Lemma2 of 340 D is a little sudden for me.

Regarding problem D.

Well, 4 * logN * logN (nit — O() notation here is incorrect, i.e. O(10000f) = O(f)) per operation also fails if it is not Fenwick tree (e.g., 2-d segment tree). Also, it seems that even carefully implemented Fenwick solution in Java runs longer than 0.5s, so TL should be >1s. Did jury have a Java solution?

I'd like also to note that for Fenwick trees there exists a more general approach for range updates, which works, e.g., for sum instead of xor (see this post).

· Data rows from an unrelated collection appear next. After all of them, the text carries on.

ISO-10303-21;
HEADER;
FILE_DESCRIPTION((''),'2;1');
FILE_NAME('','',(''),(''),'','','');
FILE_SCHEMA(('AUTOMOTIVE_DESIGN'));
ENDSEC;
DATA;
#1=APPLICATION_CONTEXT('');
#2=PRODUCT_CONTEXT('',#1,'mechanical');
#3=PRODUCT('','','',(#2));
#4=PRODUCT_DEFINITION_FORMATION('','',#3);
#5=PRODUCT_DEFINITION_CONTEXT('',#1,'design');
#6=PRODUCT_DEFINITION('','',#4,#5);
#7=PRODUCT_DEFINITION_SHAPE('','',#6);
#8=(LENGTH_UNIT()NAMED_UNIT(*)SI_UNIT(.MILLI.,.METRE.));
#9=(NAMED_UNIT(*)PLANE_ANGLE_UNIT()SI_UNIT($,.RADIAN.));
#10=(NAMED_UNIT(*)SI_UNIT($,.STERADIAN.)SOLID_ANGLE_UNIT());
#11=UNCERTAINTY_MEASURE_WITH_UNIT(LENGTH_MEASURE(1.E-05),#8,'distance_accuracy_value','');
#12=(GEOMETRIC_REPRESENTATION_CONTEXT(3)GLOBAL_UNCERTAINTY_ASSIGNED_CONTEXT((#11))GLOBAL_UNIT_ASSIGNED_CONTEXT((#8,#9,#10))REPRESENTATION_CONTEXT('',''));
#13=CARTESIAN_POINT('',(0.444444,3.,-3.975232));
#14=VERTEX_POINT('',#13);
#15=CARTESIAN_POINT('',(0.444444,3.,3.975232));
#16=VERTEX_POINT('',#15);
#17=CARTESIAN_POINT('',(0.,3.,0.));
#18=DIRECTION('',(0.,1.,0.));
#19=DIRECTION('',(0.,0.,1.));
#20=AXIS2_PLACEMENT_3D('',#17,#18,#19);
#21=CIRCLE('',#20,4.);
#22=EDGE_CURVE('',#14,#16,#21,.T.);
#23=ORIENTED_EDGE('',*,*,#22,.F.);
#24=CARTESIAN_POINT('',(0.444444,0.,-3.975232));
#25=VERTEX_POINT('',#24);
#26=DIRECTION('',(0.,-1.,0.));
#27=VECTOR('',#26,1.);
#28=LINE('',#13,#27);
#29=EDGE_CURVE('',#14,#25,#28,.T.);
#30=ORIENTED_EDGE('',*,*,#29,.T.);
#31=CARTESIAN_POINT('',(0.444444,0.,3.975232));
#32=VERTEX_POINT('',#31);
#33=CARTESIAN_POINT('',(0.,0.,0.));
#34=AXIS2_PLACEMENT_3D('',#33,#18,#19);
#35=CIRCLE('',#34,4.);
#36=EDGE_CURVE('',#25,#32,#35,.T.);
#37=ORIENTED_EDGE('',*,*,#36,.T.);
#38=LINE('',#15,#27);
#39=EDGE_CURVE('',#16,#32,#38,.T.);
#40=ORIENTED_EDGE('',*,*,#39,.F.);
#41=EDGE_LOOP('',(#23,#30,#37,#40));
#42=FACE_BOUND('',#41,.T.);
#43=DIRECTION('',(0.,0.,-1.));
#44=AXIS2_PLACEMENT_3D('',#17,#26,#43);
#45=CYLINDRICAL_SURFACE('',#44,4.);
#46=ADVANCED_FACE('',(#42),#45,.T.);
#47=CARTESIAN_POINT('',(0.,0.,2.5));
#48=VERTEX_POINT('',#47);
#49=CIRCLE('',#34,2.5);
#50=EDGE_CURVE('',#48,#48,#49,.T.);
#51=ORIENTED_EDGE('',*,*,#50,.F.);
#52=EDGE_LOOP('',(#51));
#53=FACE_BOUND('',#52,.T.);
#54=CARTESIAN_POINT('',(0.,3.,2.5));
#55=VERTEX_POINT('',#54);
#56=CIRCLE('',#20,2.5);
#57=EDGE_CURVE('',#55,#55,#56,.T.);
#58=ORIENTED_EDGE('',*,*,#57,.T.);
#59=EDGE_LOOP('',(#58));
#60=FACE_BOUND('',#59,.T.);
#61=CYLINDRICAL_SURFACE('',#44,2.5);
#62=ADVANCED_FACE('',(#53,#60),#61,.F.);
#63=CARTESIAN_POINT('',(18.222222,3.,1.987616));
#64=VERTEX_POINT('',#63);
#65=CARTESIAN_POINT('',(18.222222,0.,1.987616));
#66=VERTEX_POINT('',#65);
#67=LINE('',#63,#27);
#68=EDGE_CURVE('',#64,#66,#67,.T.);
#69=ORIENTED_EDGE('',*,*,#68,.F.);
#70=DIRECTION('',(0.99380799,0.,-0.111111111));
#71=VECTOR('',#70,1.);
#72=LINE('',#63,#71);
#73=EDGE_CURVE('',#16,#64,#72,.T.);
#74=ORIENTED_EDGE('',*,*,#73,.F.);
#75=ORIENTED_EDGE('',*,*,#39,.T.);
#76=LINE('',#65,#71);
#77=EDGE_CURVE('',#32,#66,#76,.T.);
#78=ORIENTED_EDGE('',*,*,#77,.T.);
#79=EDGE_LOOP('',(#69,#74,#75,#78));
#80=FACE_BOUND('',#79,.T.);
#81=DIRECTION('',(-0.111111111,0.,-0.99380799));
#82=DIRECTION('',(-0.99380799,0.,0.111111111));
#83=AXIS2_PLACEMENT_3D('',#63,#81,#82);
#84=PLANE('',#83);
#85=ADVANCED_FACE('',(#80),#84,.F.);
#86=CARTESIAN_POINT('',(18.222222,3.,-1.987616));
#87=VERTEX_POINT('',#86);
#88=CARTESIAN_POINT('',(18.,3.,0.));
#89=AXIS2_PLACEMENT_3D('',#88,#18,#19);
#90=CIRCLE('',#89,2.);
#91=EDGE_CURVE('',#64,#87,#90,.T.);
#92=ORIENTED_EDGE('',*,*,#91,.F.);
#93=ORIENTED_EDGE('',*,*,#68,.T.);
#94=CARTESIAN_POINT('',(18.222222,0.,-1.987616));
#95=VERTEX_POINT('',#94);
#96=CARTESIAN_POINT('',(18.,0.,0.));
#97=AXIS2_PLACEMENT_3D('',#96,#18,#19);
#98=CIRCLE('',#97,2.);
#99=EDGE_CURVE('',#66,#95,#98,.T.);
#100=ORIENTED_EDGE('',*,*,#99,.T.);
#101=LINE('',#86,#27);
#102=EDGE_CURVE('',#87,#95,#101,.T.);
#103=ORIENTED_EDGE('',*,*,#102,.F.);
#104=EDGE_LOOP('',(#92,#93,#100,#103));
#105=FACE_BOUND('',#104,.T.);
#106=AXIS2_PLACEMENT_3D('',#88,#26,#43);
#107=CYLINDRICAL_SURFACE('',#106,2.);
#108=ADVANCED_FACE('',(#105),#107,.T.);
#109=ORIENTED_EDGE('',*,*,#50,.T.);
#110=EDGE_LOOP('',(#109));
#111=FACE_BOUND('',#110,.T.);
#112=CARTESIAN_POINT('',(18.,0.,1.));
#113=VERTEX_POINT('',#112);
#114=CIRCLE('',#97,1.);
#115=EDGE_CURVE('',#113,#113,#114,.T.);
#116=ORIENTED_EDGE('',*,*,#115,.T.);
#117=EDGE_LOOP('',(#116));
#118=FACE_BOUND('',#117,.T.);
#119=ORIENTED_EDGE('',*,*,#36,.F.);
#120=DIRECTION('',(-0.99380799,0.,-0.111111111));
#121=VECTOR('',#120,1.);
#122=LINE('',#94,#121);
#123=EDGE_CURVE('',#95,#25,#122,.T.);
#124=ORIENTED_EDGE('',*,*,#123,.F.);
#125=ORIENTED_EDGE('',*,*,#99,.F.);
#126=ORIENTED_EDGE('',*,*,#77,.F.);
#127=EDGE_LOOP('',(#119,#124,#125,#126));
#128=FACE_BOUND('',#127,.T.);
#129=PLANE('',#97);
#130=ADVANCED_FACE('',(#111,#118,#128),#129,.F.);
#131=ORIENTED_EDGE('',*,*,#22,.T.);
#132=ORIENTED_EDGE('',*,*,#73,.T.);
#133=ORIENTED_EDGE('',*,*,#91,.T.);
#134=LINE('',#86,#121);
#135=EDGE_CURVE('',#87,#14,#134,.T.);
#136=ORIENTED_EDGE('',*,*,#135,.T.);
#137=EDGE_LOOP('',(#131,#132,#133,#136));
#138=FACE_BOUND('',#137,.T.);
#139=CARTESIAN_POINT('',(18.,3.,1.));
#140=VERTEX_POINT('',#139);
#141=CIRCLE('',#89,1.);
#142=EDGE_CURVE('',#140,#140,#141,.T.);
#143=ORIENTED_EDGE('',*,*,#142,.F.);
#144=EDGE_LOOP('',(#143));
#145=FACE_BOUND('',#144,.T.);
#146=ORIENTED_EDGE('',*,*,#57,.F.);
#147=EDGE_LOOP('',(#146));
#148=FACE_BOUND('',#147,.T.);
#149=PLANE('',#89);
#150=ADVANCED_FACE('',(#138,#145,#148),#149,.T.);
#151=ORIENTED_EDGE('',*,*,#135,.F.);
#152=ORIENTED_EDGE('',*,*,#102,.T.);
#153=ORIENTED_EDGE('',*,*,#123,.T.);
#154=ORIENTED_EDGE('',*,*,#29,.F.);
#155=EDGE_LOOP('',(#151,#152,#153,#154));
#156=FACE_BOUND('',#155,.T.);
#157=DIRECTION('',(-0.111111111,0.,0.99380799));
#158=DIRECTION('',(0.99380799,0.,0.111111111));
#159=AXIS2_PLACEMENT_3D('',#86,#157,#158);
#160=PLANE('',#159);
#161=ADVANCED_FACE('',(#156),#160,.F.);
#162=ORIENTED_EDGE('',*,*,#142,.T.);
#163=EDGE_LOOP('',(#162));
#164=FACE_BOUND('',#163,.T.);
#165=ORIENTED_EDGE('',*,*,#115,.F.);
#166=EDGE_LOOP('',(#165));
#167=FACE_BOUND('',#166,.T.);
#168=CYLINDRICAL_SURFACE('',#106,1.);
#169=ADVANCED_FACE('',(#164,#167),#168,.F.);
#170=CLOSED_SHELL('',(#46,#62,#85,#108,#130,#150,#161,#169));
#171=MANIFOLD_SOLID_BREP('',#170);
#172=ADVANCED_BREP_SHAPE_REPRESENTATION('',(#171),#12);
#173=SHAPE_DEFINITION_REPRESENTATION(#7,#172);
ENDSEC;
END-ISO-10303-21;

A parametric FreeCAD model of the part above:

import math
import FreeCAD as App
import Part
import Sketcher

V = App.Vector
Q = App.Units.Quantity

doc = App.newDocument("Part")
body = doc.addObject("PartDesign::Body", "Body")

# Sketch on XZ plane
sketch1 = doc.addObject("Sketcher::SketchObject", "Sketch")
body.addObject(sketch1)
sketch1.AttachmentSupport = (doc.XZ_Plane, [""])
sketch1.MapMode = "FlatFace"
sketch1.addGeometry([
    Part.LineSegment(V(18.2, -2, 0), V(0.4, -4, 0)),  # 0
    Part.ArcOfCircle(Part.Circle(V(0, 0, 0), V(0, 0, 1), 4), math.radians(84), math.radians(276)),  # 1
    Part.LineSegment(V(0.4, 4, 0), V(18.2, 2, 0)),  # 2
    Part.ArcOfCircle(Part.Circle(V(18, 0, 0), V(0, 0, 1), 2), math.radians(-84), math.radians(84)),  # 3
    Part.Circle(V(0, 0, 0), V(0, 0, 1), 2.5),  # 4
    Part.Circle(V(18, 0, 0), V(0, 0, 1), 1),  # 5
], False)
sketch1.addConstraint([
    Sketcher.Constraint("Tangent", 0, 2, 1, 2),
    Sketcher.Constraint("Tangent", 1, 1, 2, 1),
    Sketcher.Constraint("Tangent", 2, 2, 3, 2),
    Sketcher.Constraint("Tangent", 3, 1, 0, 1),
    Sketcher.Constraint("Coincident", 1, 3, -1, 1),
    Sketcher.Constraint("Coincident", 4, 3, -1, 1),
    Sketcher.Constraint("Coincident", 5, 3, 3, 3),
    Sketcher.Constraint("PointOnObject", 3, 3, -1),
    Sketcher.Constraint("Diameter", 4, Q("5 mm")),
    Sketcher.Constraint("Diameter", 5, Q("2 mm")),
    Sketcher.Constraint("Radius", 1, Q("4 mm")),
    Sketcher.Constraint("Radius", 3, Q("2 mm")),
    Sketcher.Constraint("DistanceX", -1, 1, 3, 3, Q("18 mm")),
])
pad1 = doc.addObject("PartDesign::Pad", "Pad")
body.addObject(pad1)
pad1.Profile = sketch1
pad1.Length = 3
pad1.Reversed = True

doc.recompute()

I've got AC with 2-D segment tree.

Does your code have complexity O(logn*logn) for queries? I always thought that 2D segment tree is O(n) for queries like (1,1,1,n)

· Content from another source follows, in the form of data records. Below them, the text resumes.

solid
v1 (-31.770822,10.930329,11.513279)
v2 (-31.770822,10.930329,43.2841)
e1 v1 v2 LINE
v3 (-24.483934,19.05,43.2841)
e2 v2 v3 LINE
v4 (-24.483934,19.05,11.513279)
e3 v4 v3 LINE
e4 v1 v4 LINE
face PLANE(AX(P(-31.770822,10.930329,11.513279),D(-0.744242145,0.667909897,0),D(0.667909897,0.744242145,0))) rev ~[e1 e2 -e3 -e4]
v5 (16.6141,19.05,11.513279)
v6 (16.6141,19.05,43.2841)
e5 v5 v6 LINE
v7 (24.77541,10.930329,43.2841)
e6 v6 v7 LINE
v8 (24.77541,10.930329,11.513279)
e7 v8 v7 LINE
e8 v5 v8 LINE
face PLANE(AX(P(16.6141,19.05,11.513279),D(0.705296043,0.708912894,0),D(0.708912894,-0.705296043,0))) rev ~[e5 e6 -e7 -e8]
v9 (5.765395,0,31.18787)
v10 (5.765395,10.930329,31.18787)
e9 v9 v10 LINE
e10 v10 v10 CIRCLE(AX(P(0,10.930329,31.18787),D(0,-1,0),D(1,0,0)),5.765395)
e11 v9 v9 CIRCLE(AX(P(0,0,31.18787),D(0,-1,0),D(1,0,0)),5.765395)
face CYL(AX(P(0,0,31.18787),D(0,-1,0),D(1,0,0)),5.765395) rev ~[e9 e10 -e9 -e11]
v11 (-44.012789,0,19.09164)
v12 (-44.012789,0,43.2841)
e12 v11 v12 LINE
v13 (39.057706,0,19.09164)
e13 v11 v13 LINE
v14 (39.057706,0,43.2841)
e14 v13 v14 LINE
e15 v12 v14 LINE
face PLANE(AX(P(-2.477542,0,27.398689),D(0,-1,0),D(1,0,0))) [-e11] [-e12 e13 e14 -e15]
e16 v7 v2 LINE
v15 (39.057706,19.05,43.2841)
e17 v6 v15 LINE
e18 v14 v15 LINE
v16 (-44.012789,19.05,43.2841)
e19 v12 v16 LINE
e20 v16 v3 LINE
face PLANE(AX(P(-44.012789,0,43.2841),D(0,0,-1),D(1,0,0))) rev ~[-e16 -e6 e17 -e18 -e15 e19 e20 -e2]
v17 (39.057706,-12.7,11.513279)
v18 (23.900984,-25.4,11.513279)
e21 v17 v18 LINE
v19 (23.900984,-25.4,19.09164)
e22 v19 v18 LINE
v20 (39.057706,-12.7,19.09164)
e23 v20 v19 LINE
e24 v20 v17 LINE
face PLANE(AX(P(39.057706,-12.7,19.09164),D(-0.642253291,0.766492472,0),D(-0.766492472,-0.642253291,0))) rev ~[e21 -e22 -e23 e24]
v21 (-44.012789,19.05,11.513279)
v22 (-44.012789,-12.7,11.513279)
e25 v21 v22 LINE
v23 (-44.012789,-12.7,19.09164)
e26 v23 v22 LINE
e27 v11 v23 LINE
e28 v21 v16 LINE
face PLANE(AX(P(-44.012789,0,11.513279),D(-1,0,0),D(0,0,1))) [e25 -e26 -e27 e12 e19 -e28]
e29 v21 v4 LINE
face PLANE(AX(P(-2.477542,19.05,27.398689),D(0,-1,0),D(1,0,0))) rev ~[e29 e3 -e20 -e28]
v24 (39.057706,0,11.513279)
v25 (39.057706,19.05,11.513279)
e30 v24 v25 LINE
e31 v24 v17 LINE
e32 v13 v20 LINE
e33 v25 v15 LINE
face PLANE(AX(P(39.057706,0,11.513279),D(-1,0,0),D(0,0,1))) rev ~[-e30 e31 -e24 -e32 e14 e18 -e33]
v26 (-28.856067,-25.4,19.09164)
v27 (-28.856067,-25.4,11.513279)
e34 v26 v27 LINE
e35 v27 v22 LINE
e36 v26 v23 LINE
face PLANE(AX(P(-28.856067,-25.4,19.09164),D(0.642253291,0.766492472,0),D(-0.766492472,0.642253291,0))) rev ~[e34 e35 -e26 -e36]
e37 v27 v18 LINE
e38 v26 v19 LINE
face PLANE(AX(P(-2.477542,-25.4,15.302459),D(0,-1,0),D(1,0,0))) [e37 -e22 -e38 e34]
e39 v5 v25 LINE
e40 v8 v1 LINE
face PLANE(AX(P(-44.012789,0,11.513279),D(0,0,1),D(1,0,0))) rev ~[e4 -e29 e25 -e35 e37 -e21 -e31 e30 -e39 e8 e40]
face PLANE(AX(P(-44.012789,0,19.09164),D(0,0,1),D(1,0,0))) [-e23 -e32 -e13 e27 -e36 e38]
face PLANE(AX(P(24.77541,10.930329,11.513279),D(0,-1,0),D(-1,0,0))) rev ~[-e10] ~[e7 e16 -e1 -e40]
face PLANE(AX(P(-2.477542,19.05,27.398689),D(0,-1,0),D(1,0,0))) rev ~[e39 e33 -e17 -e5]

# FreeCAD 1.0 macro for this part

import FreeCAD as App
import Part
import Sketcher
from FreeCAD import Vector
Q = App.Units.Quantity

doc = App.newDocument("Part")
params = doc.addObject("Spreadsheet::Sheet", "Params")
for row, (alias, value) in enumerate([
    ("pad1_length", "0.75 in"),
    ("pocket1_length", "1.38 in"),
    ("pad2_length", "1 in"),
    ("sketch4_height", "0.5 in"),
    ("pocket2_length", "1 in"),
    ("pocket3_length", "1 in"),
], start=1):
    params.set(f"A{row}", alias)
    params.set(f"B{row}", "=" + value)
    params.setAlias(f"B{row}", alias)

body = doc.addObject("PartDesign::Body", "Body")

# Sketch on XZ plane
sketch1 = body.newObject("Sketcher::SketchObject", "Sketch")
sketch1.AttachmentSupport = (doc.getObject("XZ_Plane"), [""])
sketch1.MapMode = "FlatFace"
sketch1.addGeometry([
    Part.LineSegment(Vector(-44.012789, 43.2841, 0), Vector(-44.012789, 11.513279, 0)),
    Part.LineSegment(Vector(-44.012789, 11.513279, 0), Vector(39.057706, 11.513279, 0)),
    Part.LineSegment(Vector(39.057706, 11.513279, 0), Vector(39.057706, 43.2841, 0)),
    Part.LineSegment(Vector(39.057706, 43.2841, 0), Vector(-44.012789, 43.2841, 0)),
], False)
sketch1.addConstraint([
    Sketcher.Constraint("Coincident", 0, 2, 1, 1),
    Sketcher.Constraint("Coincident", 1, 2, 2, 1),
    Sketcher.Constraint("Coincident", 2, 2, 3, 1),
    Sketcher.Constraint("Coincident", 3, 2, 0, 1),
    Sketcher.Constraint("Vertical", 0),
    Sketcher.Constraint("Horizontal", 1),
    Sketcher.Constraint("Vertical", 2),
    Sketcher.Constraint("Horizontal", 3),
    Sketcher.Constraint("DistanceY", 0, 2, 0, 1, Q("31.770821 mm")),
    Sketcher.Constraint("DistanceY", -1, 1, 2, 2, Q("43.2841 mm")),
    Sketcher.Constraint("DistanceX", 1, 1, 1, 2, Q("83.070494 mm")),
    Sketcher.Constraint("DistanceX", 0, 2, -1, 1, Q("44.012789 mm")),
])
pad1 = body.newObject("PartDesign::Pad", "Pad")
pad1.Profile = sketch1
pad1.setExpression("Length", "Params.pad1_length")
pad1.Reversed = True

# Sketch on XY plane
sketch2 = body.newObject("Sketcher::SketchObject", "Sketch001")
sketch2.AttachmentSupport = (doc.getObject("XY_Plane"), [""])
sketch2.MapMode = "FlatFace"
sketch2.AttachmentOffset = App.Placement(Vector(0, 0, 11.513279), App.Rotation())
sketch2.addGeometry([
    Part.LineSegment(Vector(-31.770822, 10.930329, 0), Vector(-24.483934, 19.05, 0)),
    Part.LineSegment(Vector(-24.483934, 19.05, 0), Vector(16.6141, 19.05, 0)),
    Part.LineSegment(Vector(16.6141, 19.05, 0), Vector(24.77541, 10.930329, 0)),
    Part.LineSegment(Vector(24.77541, 10.930329, 0), Vector(-31.770822, 10.930329, 0)),
], False)
sketch2.addConstraint([
    Sketcher.Constraint("Coincident", 0, 2, 1, 1),
    Sketcher.Constraint("Coincident", 1, 2, 2, 1),
    Sketcher.Constraint("Coincident", 2, 2, 3, 1),
    Sketcher.Constraint("Coincident", 3, 2, 0, 1),
    Sketcher.Constraint("Horizontal", 1),
    Sketcher.Constraint("Horizontal", 3),
    Sketcher.Constraint("DistanceY", -1, 1, 0, 2, Q("0.75 in")),
    Sketcher.Constraint("DistanceX", 3, 2, 3, 1, Q("56.546232 mm")),
    Sketcher.Constraint("DistanceX", -1, 1, 1, 2, Q("16.6141 mm")),
    Sketcher.Constraint("Distance", 2, Q("11.51243 mm")),
    Sketcher.Constraint("DistanceX", 1, 1, 1, 2, Q("41.098034 mm")),
    Sketcher.Constraint("DistanceX", -1, 1, 2, 2, Q("24.77541 mm")),
])
pocket1 = body.newObject("PartDesign::Pocket", "Pocket")
pocket1.Profile = sketch2
pocket1.setExpression("Length", "Params.pocket1_length")
pocket1.Reversed = True

# Sketch on XZ plane
sketch3 = body.newObject("Sketcher::SketchObject", "Sketch002")
sketch3.AttachmentSupport = (doc.getObject("XZ_Plane"), [""])
sketch3.MapMode = "FlatFace"
sketch3.addGeometry([
    Part.LineSegment(Vector(-44.012789, 19.09164, 0), Vector(-44.012789, 11.513279, 0)),
    Part.LineSegment(Vector(-44.012789, 11.513279, 0), Vector(39.057706, 11.513279, 0)),
    Part.LineSegment(Vector(39.057706, 11.513279, 0), Vector(39.057706, 19.09164, 0)),
    Part.LineSegment(Vector(39.057706, 19.09164, 0), Vector(-44.012789, 19.09164, 0)),
], False)
sketch3.addConstraint([
    Sketcher.Constraint("Coincident", 0, 2, 1, 1),
    Sketcher.Constraint("Coincident", 1, 2, 2, 1),
    Sketcher.Constraint("Coincident", 2, 2, 3, 1),
    Sketcher.Constraint("Coincident", 3, 2, 0, 1),
    Sketcher.Constraint("Vertical", 0),
    Sketcher.Constraint("Horizontal", 1),
    Sketcher.Constraint("Vertical", 2),
    Sketcher.Constraint("Horizontal", 3),
    Sketcher.Constraint("DistanceY", 0, 2, 0, 1, Q("7.578361 mm")),
    Sketcher.Constraint("DistanceX", 1, 1, 1, 2, Q("83.070494 mm")),
    Sketcher.Constraint("DistanceX", 0, 2, -1, 1, Q("44.012789 mm")),
    Sketcher.Constraint("DistanceY", -1, 1, 0, 2, Q("11.513279 mm")),
])
pad2 = body.newObject("PartDesign::Pad", "Pad001")
pad2.Profile = sketch3
pad2.setExpression("Length", "Params.pad2_length")

# Sketch on XY plane
sketch4 = body.newObject("Sketcher::SketchObject", "Sketch003")
sketch4.AttachmentSupport = (doc.getObject("XY_Plane"), [""])
sketch4.MapMode = "FlatFace"
sketch4.AttachmentOffset = App.Placement(Vector(0, 0, 19.09164), App.Rotation())
sketch4.addGeometry([
    Part.LineSegment(Vector(39.057706, -25.4, 0), Vector(39.057706, -12.7, 0)),  # 0
    Part.LineSegment(Vector(39.057706, -12.7, 0), Vector(23.900984, -25.4, 0)),  # 1
    Part.LineSegment(Vector(23.900984, -25.4, 0), Vector(39.057706, -25.4, 0)),  # 2
    Part.LineSegment(Vector(-44.012789, -25.4, 0), Vector(-28.856067, -25.4, 0)),  # 3
    Part.LineSegment(Vector(-28.856067, -25.4, 0), Vector(-44.012789, -12.7, 0)),  # 4
    Part.LineSegment(Vector(-44.012789, -12.7, 0), Vector(-44.012789, -25.4, 0)),  # 5
], False)
sketch4.addConstraint([
    Sketcher.Constraint("Coincident", 0, 2, 1, 1),
    Sketcher.Constraint("Coincident", 1, 2, 2, 1),
    Sketcher.Constraint("Coincident", 2, 2, 0, 1),
    Sketcher.Constraint("Coincident", 3, 2, 4, 1),
    Sketcher.Constraint("Coincident", 4, 2, 5, 1),
    Sketcher.Constraint("Coincident", 5, 2, 3, 1),
    Sketcher.Constraint("Vertical", 0),
    Sketcher.Constraint("Horizontal", 2),
    Sketcher.Constraint("Horizontal", 3),
    Sketcher.Constraint("Vertical", 5),
    Sketcher.Constraint("Horizontal", 2, 2, 3, 2),
    Sketcher.Constraint("Horizontal", 0, 2, 4, 2),
    Sketcher.Constraint("Equal", 2, 3),
    Sketcher.Constraint("DistanceY", 0, 1, 0, 2, Q("0.5 in")),
    Sketcher.Constraint("DistanceY", 1, 2, -1, 1, Q("1 in")),
    Sketcher.Constraint("DistanceX", 2, 1, 2, 2, Q("15.156722 mm")),
    Sketcher.Constraint("DistanceX", 4, 2, -1, 1, Q("44.012789 mm")),
    Sketcher.Constraint("DistanceX", 3, 2, 1, 2, Q("52.757051 mm")),
])
sketch4.setExpression("Constraints[13]", "Params.sketch4_height")
pocket2 = body.newObject("PartDesign::Pocket", "Pocket001")
pocket2.Profile = sketch4
pocket2.setExpression("Length", "Params.pocket2_length")

# Sketch on XZ plane
sketch5 = body.newObject("Sketcher::SketchObject", "Sketch004")
sketch5.AttachmentSupport = (doc.getObject("XZ_Plane"), [""])
sketch5.MapMode = "FlatFace"
sketch5.addGeometry(Part.Circle(Vector(0, 31.18787, 0), Vector(0, 0, 1), 5.765395), False)
sketch5.addConstraint([
    Sketcher.Constraint("PointOnObject", 0, 3, -2),
    Sketcher.Constraint("Diameter", 0, Q("11.53079 mm")),
    Sketcher.Constraint("DistanceY", -1, 1, 0, 3, Q("31.18787 mm")),
])
pocket3 = body.newObject("PartDesign::Pocket", "Pocket002")
pocket3.Profile = sketch5
pocket3.setExpression("Length", "Params.pocket3_length")

doc.recompute()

Edit: Sorry, now I understand :DOne should distinguish 2-D segment tree and quad-tree. The first one has complexity

O(logN·logN) per query, while the second one works inO(N) per query.I implemented a quad tree and it was TLE in 6th test case. Can you help me to understand why an update or a query in a Quad tree is O(n). My solution stops the recursion when the interval asked or updated is same to the interval of the node. If you know an online explanation please share it. Thanks for the help http://codeforces.com/contest/341/submission/4390134

try querying a 1xN row. you will realize that you ultimately have to query N 1-unit squares.

Thanks. Very clear example.

Are you sure that the approach mentioned in Petr's post can be generalized to 2D or more dimensions (for supporting range updates and range queries) ?

I suppose it can: http://codeforces.com/contest/341/submission/4391440

It is interesting) It is writen in statememnt that number

vfrom update query ≤ 2^{62}, but your solution using only int got accepted.Maybe it's because only the parity of the number matter, so overflow doesn't affect the result?

Realizing that the "Bubble Sort Graph" problem was equivalent to finding the length of the longest increasing subsequence was a really nice "Aha!" moment for me. Great problems, thanks!

Where are the pictures in 341D?

They work perfectly for me. I uploaded them at imageshack.us . Maybe you a problem with that server. Please, tell me a server for which the images will be visible to you and I'll upload there.

Thank you for your kind reply! it's visible to me now.

For 340B I used the Gift Wrap alogirithm to compute a Convex Hull for the points, and then using a DP found the minimum Area that needs to be cut off from this Hull to form a quadrilateral.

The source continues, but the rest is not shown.